Nothingness (Not)
Fathers' Day was two days ago and I kind of ignored it. I refused to pay attention. I did it intentionally anyway. My dad passed in June, 2016 – two years ago. Been thinking a lot about him, so I just jumped and passed all Fathers' Day posts on Steemit and Facebook. Anyway, today I managed to scribble a few lines of poem.
Here:
Baby, that’s what you call me
The first thing you say as you lay eyes on me
Everyday, I stand by the door
Waiting for you to come home
Watching for that beautiful smile on your face
Because it’s the one thing I always wish for
The only thing that keeps me sane and focused
The light never leaves your eyes
Even in the weakest of moments
I look at you and I see hope
I hold onto it when everything is gone
I forget how much I dislike hospitals
Watching the tubes and your chest rise and fall
I hold your hands and will everything away
It’s okay to cry and rant, they say to me
I pick up the phone and listen till I understand no more
I never object to the hugs and heartfelt wishes
Somehow I know they are bound to come
Why did you leave?

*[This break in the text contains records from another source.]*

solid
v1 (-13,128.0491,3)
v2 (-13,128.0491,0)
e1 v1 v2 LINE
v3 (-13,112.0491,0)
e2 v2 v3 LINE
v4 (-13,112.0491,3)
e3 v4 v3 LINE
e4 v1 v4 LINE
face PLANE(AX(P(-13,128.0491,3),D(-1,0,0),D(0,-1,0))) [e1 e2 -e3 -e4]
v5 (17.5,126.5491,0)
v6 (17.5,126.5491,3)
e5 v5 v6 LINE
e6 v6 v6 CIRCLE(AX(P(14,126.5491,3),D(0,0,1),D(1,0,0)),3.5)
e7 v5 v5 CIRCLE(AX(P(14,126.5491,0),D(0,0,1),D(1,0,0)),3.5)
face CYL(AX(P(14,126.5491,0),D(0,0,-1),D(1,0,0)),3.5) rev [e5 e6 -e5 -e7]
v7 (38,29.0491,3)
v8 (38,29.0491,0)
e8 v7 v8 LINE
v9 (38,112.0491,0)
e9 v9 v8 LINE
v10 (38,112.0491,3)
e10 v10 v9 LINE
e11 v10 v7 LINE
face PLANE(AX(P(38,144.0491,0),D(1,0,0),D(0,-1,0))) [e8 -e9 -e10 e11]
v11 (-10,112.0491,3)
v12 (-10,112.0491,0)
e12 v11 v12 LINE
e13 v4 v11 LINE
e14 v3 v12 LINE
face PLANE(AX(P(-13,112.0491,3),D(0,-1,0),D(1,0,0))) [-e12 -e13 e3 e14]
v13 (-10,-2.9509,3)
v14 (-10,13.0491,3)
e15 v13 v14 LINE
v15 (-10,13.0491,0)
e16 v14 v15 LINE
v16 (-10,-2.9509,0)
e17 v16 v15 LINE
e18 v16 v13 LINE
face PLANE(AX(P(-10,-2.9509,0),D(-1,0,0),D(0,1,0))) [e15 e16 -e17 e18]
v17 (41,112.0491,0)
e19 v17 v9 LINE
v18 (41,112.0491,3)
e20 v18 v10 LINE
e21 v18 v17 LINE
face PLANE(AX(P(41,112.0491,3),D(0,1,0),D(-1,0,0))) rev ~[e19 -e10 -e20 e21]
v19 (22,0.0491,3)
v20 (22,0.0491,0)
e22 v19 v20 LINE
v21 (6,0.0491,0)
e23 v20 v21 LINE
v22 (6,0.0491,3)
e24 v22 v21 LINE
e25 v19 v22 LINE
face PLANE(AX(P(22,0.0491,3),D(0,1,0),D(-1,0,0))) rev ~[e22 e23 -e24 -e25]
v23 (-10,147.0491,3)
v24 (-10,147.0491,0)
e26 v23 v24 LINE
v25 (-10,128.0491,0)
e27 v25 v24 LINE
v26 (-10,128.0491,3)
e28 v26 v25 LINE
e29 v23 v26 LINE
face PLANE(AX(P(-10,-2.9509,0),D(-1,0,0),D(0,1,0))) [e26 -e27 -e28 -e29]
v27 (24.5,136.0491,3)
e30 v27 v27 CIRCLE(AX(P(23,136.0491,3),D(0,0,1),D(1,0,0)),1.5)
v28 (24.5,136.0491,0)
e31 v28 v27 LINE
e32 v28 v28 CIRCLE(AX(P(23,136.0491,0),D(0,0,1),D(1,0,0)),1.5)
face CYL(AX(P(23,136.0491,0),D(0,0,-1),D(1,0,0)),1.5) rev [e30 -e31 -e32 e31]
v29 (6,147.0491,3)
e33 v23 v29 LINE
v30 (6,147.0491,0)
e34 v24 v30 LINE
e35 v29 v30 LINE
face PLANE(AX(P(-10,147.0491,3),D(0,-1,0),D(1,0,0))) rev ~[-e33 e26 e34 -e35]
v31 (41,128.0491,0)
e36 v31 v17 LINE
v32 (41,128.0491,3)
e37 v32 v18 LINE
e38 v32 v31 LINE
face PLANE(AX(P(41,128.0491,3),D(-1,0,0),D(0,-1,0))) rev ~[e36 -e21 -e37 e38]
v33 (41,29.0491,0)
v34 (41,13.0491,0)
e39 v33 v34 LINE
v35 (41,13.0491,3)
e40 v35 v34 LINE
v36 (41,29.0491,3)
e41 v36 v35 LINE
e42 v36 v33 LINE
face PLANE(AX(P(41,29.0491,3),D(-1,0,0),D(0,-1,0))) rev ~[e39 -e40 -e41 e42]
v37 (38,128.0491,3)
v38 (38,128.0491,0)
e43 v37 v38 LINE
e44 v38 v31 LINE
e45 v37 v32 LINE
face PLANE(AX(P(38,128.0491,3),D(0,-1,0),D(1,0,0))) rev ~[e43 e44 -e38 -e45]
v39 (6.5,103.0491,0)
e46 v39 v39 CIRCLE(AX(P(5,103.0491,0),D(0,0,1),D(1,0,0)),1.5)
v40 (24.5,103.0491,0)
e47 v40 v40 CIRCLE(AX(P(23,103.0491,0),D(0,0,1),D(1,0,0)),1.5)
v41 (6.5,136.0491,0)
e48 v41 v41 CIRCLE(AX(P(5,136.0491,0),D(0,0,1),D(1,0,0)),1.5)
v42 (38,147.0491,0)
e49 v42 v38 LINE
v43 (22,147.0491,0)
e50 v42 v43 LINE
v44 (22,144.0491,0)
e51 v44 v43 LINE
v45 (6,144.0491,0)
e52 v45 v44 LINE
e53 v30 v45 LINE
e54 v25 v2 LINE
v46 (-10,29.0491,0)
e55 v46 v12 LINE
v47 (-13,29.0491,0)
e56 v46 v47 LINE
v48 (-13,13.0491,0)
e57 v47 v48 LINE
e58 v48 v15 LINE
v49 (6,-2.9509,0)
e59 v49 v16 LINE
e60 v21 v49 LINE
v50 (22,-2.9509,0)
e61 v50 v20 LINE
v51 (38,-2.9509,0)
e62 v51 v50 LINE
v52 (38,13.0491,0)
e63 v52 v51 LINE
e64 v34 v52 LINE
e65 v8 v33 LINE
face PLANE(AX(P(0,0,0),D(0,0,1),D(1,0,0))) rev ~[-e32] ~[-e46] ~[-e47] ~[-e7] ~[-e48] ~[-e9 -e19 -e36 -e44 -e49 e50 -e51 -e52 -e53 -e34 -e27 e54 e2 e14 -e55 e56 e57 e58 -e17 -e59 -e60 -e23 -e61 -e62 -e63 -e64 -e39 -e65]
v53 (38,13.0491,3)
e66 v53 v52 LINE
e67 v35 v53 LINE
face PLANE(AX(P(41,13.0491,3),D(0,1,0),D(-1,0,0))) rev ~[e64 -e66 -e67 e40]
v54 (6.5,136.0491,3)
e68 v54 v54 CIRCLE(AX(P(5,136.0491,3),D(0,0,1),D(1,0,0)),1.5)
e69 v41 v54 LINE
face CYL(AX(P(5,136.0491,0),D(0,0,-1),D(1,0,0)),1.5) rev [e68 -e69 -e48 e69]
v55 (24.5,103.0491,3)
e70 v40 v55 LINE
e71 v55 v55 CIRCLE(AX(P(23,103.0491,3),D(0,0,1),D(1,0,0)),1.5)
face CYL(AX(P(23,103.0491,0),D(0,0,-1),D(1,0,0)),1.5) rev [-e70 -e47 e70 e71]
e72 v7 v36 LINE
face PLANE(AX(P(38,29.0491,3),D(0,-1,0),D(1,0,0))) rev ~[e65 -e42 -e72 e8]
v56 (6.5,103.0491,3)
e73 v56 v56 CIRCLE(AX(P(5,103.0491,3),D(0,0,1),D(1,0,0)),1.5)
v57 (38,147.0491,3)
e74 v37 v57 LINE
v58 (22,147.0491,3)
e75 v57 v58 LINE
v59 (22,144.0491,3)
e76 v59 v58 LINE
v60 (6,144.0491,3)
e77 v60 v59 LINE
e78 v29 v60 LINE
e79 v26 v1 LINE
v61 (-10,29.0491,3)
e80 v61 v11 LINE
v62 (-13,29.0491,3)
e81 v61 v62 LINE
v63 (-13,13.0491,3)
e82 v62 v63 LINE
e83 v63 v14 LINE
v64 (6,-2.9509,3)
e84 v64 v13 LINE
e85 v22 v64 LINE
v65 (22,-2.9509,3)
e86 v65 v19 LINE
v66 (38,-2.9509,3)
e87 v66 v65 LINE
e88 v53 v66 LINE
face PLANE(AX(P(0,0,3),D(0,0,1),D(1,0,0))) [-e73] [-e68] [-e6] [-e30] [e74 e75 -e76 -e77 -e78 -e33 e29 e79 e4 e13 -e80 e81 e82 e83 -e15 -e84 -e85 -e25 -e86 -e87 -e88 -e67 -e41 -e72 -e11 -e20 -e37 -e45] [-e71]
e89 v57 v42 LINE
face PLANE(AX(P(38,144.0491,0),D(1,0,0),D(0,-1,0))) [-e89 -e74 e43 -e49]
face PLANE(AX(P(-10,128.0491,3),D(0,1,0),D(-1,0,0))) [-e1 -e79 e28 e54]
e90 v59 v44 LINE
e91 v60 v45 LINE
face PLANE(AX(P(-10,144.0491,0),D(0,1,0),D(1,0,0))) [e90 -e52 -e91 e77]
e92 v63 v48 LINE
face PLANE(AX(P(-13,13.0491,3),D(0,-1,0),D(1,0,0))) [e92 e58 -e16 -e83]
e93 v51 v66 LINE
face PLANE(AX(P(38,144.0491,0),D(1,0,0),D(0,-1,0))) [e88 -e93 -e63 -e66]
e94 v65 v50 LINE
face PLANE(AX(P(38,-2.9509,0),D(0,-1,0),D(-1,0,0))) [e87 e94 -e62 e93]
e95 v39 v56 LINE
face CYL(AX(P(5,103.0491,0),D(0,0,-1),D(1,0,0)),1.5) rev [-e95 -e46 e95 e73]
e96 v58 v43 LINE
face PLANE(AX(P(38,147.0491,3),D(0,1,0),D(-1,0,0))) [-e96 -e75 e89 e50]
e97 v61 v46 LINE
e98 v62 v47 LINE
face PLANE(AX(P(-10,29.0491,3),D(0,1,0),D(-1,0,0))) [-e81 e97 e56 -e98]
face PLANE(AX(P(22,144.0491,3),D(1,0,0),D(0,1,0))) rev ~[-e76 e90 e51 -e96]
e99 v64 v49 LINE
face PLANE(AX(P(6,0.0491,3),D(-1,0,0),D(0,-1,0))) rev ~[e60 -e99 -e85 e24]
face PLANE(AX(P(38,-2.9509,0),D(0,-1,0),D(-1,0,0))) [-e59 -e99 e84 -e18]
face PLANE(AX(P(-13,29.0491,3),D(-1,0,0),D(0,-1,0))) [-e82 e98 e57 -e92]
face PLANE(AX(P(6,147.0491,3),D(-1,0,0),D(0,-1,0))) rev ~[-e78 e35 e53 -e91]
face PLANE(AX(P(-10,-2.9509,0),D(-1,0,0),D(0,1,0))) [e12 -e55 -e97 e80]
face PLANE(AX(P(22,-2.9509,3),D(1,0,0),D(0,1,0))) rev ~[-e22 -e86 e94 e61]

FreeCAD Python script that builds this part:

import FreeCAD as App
import Part
import Sketcher

doc = App.newDocument("Part")
body = doc.addObject("PartDesign::Body", "Body")

sketch1 = body.newObject("Sketcher::SketchObject", "Sketch")
sketch1.AttachmentSupport = (doc.getObject("XY_Plane"), [""])
sketch1.MapMode = "FlatFace"
sketch1.addGeometry([
    Part.LineSegment(App.Vector(38, 144, 0), App.Vector(-10, 144, 0)),
    Part.LineSegment(App.Vector(-10, 144, 0), App.Vector(-10, -3, 0)),
    Part.LineSegment(App.Vector(-10, -3, 0), App.Vector(38, -3, 0)),
    Part.LineSegment(App.Vector(38, -3, 0), App.Vector(38, 144, 0)),
    Part.Circle(App.Vector(5, 103, 0), App.Vector(0, 0, 1), 1.5),
    Part.Circle(App.Vector(5, 136, 0), App.Vector(0, 0, 1), 1.5),
    Part.Circle(App.Vector(23, 103, 0), App.Vector(0, 0, 1), 1.5),
    Part.Circle(App.Vector(14, 126.5, 0), App.Vector(0, 0, 1), 3.5),
    Part.Circle(App.Vector(23, 136, 0), App.Vector(0, 0, 1), 1.5),
], False)
sketch1.addConstraint([
    Sketcher.Constraint("Coincident", 0, 2, 1, 1),
    Sketcher.Constraint("Coincident", 1, 2, 2, 1),
    Sketcher.Constraint("Coincident", 2, 2, 3, 1),
    Sketcher.Constraint("Coincident", 3, 2, 0, 1),
    Sketcher.Constraint("Horizontal", 0),
    Sketcher.Constraint("Vertical", 1),
    Sketcher.Constraint("Horizontal", 2),
    Sketcher.Constraint("Vertical", 3),
    Sketcher.Constraint("Equal", 4, 5),
    Sketcher.Constraint("Equal", 5, 6),
    Sketcher.Constraint("Equal", 6, 8),
    Sketcher.Constraint("Horizontal", 4, 3, 6, 3),
    Sketcher.Constraint("Horizontal", 5, 3, 8, 3),
    Sketcher.Constraint("Vertical", 4, 3, 5, 3),
    Sketcher.Constraint("Vertical", 6, 3, 8, 3),
    Sketcher.Constraint("Diameter", 4, 3.0),
    Sketcher.Constraint("Diameter", 7, 7.0),
    Sketcher.Constraint("DistanceY", 1, 2, 1, 1, 147.0),
    Sketcher.Constraint("DistanceX", 0, 2, -1, 1, 10.0),
    Sketcher.Constraint("DistanceY", 4, 3, 5, 3, 33.0),
    Sketcher.Constraint("DistanceX", 4, 3, 6, 3, 18.0),
    Sketcher.Constraint("DistanceX", 5, 3, 7, 3, 9.0),
    Sketcher.Constraint("DistanceX", 0, 2, 5, 3, 15.0),
    Sketcher.Constraint("DistanceY", 5, 3, 0, 2, 8.0),
    Sketcher.Constraint("DistanceX", 6, 3, 2, 2, 15.0),
    Sketcher.Constraint("DistanceY", 7, 3, 5, 3, 9.5),
    Sketcher.Constraint("DistanceY", 1, 2, -1, 1, 2.951),
])
pad1 = body.newObject("PartDesign::Pad", "Pad")
pad1.Profile = sketch1
pad1.Length = 3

I ask myself
Maybe it’s time, a voice answers in my head
I don’t want to believe it but it’s the only reasonable answer
I miss you terribly
I think about you all the time
Two years is enough to heal, some may say
Maybe they are right after all
I think of you without pain and tears
But with smiles and fond memories
Wherever you may be, I know it’s what you want for me
What are your thoughts?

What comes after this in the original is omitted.